Nothing but an exact copy of the records is expected here.

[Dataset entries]
================================
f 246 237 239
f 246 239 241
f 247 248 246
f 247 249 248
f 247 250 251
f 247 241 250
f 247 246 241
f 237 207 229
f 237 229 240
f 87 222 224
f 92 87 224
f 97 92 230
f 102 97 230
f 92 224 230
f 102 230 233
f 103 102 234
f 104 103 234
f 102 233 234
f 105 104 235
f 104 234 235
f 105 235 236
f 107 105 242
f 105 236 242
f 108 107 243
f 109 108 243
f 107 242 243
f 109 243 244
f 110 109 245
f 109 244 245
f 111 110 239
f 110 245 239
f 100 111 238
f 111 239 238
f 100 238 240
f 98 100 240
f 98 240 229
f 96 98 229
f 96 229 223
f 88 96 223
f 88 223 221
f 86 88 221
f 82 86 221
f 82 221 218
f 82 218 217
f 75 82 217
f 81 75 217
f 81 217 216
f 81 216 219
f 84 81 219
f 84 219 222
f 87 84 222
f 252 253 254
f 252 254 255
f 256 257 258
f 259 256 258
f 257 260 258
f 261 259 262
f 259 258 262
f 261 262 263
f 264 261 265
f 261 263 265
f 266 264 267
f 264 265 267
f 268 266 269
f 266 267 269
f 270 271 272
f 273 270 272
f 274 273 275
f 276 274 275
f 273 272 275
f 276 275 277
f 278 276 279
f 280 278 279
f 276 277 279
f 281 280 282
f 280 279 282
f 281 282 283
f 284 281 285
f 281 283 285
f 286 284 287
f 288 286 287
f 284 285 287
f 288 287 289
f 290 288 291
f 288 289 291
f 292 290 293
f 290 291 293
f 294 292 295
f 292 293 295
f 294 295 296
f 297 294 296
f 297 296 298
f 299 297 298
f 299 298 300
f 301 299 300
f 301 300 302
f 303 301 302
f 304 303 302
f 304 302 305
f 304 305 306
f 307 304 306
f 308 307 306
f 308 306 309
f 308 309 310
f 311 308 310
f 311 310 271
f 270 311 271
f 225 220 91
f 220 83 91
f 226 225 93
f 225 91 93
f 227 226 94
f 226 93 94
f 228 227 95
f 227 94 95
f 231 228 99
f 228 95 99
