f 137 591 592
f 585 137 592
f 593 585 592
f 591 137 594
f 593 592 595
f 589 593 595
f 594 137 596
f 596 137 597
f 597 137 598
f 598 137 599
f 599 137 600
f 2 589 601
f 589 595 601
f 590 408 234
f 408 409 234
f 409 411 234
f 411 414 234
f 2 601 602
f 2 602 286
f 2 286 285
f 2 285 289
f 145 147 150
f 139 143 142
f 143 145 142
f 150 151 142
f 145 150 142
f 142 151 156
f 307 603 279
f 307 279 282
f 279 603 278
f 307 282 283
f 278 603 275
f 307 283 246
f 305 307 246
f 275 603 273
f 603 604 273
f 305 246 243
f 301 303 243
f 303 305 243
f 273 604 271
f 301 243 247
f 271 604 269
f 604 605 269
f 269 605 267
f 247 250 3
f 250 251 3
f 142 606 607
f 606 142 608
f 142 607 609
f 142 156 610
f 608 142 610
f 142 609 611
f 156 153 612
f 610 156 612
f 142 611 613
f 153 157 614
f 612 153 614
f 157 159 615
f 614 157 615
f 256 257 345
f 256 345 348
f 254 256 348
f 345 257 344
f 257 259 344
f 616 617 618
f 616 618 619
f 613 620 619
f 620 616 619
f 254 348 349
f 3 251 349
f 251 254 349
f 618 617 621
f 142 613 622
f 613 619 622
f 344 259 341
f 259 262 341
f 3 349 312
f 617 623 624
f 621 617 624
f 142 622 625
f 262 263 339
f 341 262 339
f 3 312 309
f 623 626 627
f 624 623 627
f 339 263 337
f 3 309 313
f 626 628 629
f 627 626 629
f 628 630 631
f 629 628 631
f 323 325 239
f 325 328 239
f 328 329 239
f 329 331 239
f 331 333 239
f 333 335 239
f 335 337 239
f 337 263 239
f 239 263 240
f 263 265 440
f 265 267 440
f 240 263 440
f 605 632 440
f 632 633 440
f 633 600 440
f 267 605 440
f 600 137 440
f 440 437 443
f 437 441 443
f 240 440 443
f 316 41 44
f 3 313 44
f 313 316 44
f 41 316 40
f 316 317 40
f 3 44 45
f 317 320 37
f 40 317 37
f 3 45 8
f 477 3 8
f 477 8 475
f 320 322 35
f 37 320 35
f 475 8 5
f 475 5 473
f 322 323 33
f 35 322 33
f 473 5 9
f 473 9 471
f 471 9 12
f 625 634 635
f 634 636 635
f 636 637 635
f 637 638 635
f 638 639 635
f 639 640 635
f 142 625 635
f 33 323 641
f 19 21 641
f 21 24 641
================================
SOLUTION:
f 246 237 239
f 246 239 241
f 247 248 246
f 247 249 248
f 247 250 251
f 247 241 250
f 247 246 241
f 237 207 229
f 237 229 240
f 87 222 224
f 92 87 224
f 97 92 230
f 102 97 230
f 92 224 230
f 102 230 233
f 103 102 234
f 104 103 234
f 102 233 234
f 105 104 235
f 104 234 235
f 105 235 236
f 107 105 242
f 105 236 242
f 108 107 243
f 109 108 243
f 107 242 243
f 109 243 244
f 110 109 245
f 109 244 245
f 111 110 239
f 110 245 239
f 100 111 238
f 111 239 238
f 100 238 240
f 98 100 240
f 98 240 229
f 96 98 229
f 96 229 223
f 88 96 223
f 88 223 221
f 86 88 221
f 82 86 221
f 82 221 218
f 82 218 217
f 75 82 217
f 81 75 217
f 81 217 216
f 81 216 219
f 84 81 219
f 84 219 222
f 87 84 222
f 252 253 254
f 252 254 255
f 256 257 258
f 259 256 258
f 257 260 258
f 261 259 262
f 259 258 262
f 261 262 263
f 264 261 265
f 261 263 265
f 266 264 267
f 264 265 267
f 268 266 269
f 266 267 269
f 270 271 272
f 273 270 272
f 274 273 275
f 276 274 275
f 273 272 275
f 276 275 277
f 278 276 279
f 280 278 279
f 276 277 279
f 281 280 282
f 280 279 282
f 281 282 283
f 284 281 285
f 281 283 285
f 286 284 287
f 288 286 287
f 284 285 287
f 288 287 289
f 290 288 291
f 288 289 291
f 292 290 293
f 290 291 293
f 294 292 295
f 292 293 295
f 294 295 296
f 297 294 296
f 297 296 298
f 299 297 298
f 299 298 300
f 301 299 300
f 301 300 302
f 303 301 302
f 304 303 302
f 304 302 305
f 304 305 306
f 307 304 306
f 308 307 306
f 308 306 309
f 308 309 310
f 311 308 310
f 311 310 271
f 270 311 271
f 225 220 91
f 220 83 91
f 226 225 93
f 225 91 93
f 227 226 94
f 226 93 94
f 228 227 95
f 227 94 95
f 231 228 99
f 228 95 99
f 137 591 592
f 585 137 592
f 593 585 592
f 591 137 594
f 593 592 595
f 589 593 595
f 594 137 596
f 596 137 597
f 597 137 598
f 598 137 599
f 599 137 600
f 2 589 601
f 589 595 601
f 590 408 234
f 408 409 234
f 409 411 234
f 411 414 234
f 2 601 602
f 2 602 286
f 2 286 285
f 2 285 289
f 145 147 150
f 139 143 142
f 143 145 142
f 150 151 142
f 145 150 142
f 142 151 156
f 307 603 279
f 307 279 282
f 279 603 278
f 307 282 283
f 278 603 275
f 307 283 246
f 305 307 246
f 275 603 273
f 603 604 273
f 305 246 243
f 301 303 243
f 303 305 243
f 273 604 271
f 301 243 247
f 271 604 269
f 604 605 269
f 269 605 267
f 247 250 3
f 250 251 3
f 142 606 607
f 606 142 608
f 142 607 609
f 142 156 610
f 608 142 610
f 142 609 611
f 156 153 612
f 610 156 612
f 142 611 613
f 153 157 614
f 612 153 614
f 157 159 615
f 614 157 615
f 256 257 345
f 256 345 348
f 254 256 348
f 345 257 344
f 257 259 344
f 616 617 618
f 616 618 619
f 613 620 619
f 620 616 619
f 254 348 349
f 3 251 349
f 251 254 349
f 618 617 621
f 142 613 622
f 613 619 622
f 344 259 341
f 259 262 341
f 3 349 312
f 617 623 624
f 621 617 624
f 142 622 625
f 262 263 339
f 341 262 339
f 3 312 309
f 623 626 627
f 624 623 627
f 339 263 337
f 3 309 313
f 626 628 629
f 627 626 629
f 628 630 631
f 629 628 631
f 323 325 239
f 325 328 239
f 328 329 239
f 329 331 239
f 331 333 239
f 333 335 239
f 335 337 239
f 337 263 239
f 239 263 240
f 263 265 440
f 265 267 440
f 240 263 440
f 605 632 440
f 632 633 440
f 633 600 440
f 267 605 440
f 600 137 440
f 440 437 443
f 437 441 443
f 240 440 443
f 316 41 44
f 3 313 44
f 313 316 44
f 41 316 40
f 316 317 40
f 3 44 45
f 317 320 37
f 40 317 37
f 3 45 8
f 477 3 8
f 477 8 475
f 320 322 35
f 37 320 35
f 475 8 5
f 475 5 473
f 322 323 33
f 35 322 33
f 473 5 9
f 473 9 471
f 471 9 12
f 625 634 635
f 634 636 635
f 636 637 635
f 637 638 635
f 638 639 635
f 639 640 635
f 142 625 635
f 33 323 641
f 19 21 641
f 21 24 641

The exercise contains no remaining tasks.